Applied to corporate ESG, this approach yields a significantly richer picture than conventional materiality assessments. Instead of simply ranking issues by financial exposure, it maps the actual systems of practice through which material impacts are generated — and identifies where, specifically, policy or operational change can interrupt or redirect those systems. It shifts the question from “what are our risks?” to “what, precisely, are we doing that generates those risks, and where in that system can we intervene most effectively?”

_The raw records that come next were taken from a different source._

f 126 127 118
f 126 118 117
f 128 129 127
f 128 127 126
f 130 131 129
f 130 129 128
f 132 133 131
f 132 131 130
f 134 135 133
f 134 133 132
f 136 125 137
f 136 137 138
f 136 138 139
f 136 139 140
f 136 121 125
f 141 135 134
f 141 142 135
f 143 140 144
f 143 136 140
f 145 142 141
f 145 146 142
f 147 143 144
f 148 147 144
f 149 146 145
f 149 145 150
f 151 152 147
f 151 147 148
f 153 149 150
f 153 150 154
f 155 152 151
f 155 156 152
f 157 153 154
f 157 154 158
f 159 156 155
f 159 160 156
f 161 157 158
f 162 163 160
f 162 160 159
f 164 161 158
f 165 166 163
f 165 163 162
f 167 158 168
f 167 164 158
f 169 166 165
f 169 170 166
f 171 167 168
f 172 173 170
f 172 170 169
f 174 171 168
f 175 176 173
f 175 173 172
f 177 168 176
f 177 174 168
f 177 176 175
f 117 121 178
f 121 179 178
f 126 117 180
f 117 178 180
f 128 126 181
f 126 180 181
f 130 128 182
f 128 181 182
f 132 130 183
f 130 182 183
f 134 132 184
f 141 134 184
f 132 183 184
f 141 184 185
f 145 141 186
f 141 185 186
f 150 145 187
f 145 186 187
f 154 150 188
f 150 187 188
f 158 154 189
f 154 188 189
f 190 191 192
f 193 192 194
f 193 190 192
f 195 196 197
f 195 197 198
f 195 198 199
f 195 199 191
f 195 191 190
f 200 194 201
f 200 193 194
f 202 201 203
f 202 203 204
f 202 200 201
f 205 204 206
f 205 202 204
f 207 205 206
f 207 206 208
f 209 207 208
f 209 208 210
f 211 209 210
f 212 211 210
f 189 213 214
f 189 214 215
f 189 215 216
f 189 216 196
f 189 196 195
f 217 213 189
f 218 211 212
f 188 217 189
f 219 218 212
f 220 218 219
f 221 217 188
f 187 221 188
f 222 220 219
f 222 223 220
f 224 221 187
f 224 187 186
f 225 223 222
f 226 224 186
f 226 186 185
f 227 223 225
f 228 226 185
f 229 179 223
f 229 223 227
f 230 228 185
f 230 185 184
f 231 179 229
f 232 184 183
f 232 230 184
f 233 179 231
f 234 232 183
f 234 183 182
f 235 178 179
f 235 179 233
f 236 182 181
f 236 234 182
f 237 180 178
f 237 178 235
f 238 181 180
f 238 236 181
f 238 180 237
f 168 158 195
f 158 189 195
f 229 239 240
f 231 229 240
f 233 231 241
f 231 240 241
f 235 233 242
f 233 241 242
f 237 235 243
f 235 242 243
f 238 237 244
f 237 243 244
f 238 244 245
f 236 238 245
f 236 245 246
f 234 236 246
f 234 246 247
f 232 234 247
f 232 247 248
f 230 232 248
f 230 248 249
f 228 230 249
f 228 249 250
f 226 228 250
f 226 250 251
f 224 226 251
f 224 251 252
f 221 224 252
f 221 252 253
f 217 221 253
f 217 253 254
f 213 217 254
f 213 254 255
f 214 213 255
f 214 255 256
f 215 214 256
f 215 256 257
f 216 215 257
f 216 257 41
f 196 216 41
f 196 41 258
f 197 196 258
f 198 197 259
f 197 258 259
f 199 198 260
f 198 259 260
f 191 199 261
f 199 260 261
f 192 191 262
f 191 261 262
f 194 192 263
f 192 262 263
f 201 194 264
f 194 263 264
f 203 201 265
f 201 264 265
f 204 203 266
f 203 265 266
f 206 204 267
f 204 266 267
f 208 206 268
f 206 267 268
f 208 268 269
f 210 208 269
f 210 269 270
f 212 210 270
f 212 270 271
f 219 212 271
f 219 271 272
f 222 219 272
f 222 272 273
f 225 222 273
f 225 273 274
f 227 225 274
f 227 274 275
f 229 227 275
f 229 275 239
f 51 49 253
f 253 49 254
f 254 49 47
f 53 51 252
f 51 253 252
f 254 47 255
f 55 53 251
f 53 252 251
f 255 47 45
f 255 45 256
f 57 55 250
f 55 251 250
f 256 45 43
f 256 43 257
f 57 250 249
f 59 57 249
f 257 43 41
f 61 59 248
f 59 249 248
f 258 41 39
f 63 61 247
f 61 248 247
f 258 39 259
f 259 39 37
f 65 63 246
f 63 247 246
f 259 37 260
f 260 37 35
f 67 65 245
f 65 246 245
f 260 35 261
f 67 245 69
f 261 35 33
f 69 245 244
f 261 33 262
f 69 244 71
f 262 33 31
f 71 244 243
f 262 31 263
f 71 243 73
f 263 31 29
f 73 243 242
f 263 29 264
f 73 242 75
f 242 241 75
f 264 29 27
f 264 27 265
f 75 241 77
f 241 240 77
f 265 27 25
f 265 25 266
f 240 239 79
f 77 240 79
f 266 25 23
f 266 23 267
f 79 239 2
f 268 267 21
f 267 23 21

This is not a theoretical exercise. It has direct practical applications for policymakers designing regulatory interventions, for investors conducting ESG due diligence, and for sustainability leaders trying to move from reporting to execution. The DEMAND Centre’s research, for example, has produced detailed analyses of how energy demand is shaped by practices of working, cooking, commuting, and home management — and what kinds of policy intervention are effective at reconfiguring those practices versus which ones produce superficial, short-lived change.

The Role of Data: Connecting Policy Intent to Practice Outcomes

None of this is possible without better data — specifically, data that tracks not just what organisations declare, but what policies and interventions are actually being implemented, in what contexts, and with what measurable effects on resource use. This is precisely the gap that an ESG policy effectiveness database is designed to address.

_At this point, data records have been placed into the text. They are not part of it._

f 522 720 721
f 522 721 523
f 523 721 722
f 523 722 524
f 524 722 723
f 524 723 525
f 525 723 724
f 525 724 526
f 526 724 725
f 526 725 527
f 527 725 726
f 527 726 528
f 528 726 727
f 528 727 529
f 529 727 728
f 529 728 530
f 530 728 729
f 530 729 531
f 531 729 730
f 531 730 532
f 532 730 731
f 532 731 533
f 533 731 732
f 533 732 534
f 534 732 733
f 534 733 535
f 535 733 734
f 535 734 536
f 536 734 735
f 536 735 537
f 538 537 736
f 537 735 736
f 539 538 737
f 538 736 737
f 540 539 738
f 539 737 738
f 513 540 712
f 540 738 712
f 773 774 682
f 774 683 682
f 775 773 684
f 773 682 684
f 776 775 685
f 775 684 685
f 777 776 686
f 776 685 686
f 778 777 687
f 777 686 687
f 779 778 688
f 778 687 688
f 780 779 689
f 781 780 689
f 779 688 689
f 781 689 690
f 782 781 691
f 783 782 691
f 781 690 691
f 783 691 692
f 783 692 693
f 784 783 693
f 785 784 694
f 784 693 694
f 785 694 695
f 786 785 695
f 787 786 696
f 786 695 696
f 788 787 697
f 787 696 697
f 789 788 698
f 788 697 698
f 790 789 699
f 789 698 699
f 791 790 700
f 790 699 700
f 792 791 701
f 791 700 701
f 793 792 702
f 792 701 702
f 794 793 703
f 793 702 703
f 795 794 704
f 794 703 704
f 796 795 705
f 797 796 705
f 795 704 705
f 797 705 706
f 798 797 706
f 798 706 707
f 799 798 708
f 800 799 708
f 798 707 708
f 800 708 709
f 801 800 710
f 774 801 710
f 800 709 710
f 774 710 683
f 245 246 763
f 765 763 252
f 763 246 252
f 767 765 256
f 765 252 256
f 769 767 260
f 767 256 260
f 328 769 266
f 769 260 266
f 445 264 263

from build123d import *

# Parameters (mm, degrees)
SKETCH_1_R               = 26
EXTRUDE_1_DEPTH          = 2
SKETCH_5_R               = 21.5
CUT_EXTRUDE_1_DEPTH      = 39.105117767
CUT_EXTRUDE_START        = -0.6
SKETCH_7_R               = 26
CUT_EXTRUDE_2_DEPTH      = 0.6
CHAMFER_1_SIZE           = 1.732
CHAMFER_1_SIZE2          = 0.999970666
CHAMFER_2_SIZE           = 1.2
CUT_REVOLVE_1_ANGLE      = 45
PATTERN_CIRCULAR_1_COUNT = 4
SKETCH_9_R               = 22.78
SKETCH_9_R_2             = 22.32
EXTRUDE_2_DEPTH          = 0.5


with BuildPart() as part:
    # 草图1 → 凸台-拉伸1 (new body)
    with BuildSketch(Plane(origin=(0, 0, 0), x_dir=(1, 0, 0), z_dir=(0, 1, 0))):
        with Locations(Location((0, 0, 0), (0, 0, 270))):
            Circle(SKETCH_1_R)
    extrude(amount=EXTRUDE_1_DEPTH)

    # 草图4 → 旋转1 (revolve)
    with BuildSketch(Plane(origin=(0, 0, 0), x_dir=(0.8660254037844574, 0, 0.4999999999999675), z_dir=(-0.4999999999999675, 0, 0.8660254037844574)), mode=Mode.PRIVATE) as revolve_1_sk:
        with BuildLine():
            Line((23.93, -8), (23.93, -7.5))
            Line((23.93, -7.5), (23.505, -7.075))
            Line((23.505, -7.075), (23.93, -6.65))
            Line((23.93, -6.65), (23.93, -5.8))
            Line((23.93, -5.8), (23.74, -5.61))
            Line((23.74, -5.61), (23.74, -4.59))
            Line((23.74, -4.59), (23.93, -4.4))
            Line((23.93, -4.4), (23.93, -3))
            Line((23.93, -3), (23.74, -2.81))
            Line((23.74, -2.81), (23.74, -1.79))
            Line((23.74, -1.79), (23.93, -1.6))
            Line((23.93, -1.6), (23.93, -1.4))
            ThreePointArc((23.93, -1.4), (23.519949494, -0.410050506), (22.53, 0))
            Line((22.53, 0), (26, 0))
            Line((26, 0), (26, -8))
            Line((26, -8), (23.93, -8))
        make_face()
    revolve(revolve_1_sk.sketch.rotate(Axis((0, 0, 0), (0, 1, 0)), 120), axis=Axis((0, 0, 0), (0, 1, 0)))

The distinction matters enormously. Most existing ESG data products are disclosure databases: they aggregate what companies report. A smaller number are rating databases: they synthesise disclosures into comparative scores. What is missing — and what policymakers, investors, and sustainability researchers most urgently need — is a database organised around outcomes: which policies have driven real, documented change in resource use or emissions? Under what conditions do those policies work? What does the evidence say about effectiveness, not just about intent?

That is the intelligence that can close the gap between ESG ambition and ESG delivery. And it is the intelligence that, once available, transforms how all other parts of the ESG ecosystem operate. Investors can screen for genuine execution capability, not just disclosure quality. Policymakers can design regulations that reach actual practice-level drivers rather than just formal compliance obligations. Sustainability leaders can benchmark themselves against what has actually been shown to work, rather than against the average of what others are reporting.

The work begun by Matt Watson, Claire Hoolohan, and their colleagues at the DEMAND Centre and Change Points points the way. Their core insight — that resource use is embedded in everyday practice, not simply in individual choice or organisational intent — is as relevant to the ESG frameworks being designed in Brussels, Washington, and London today as it was to the academic debates of 2015. Perhaps more so, because the stakes are now immeasurably higher.

The question is no longer whether ESG matters. It does. The question is whether the ESG infrastructure we are building is connected to the level of reality where resource use is actually determined. The answer, right now, is not consistently. But it can be.

The path from declaration to delivery runs through everyday practice. The data that can illuminate that path is what a genuine ESG policy effectiveness database provides.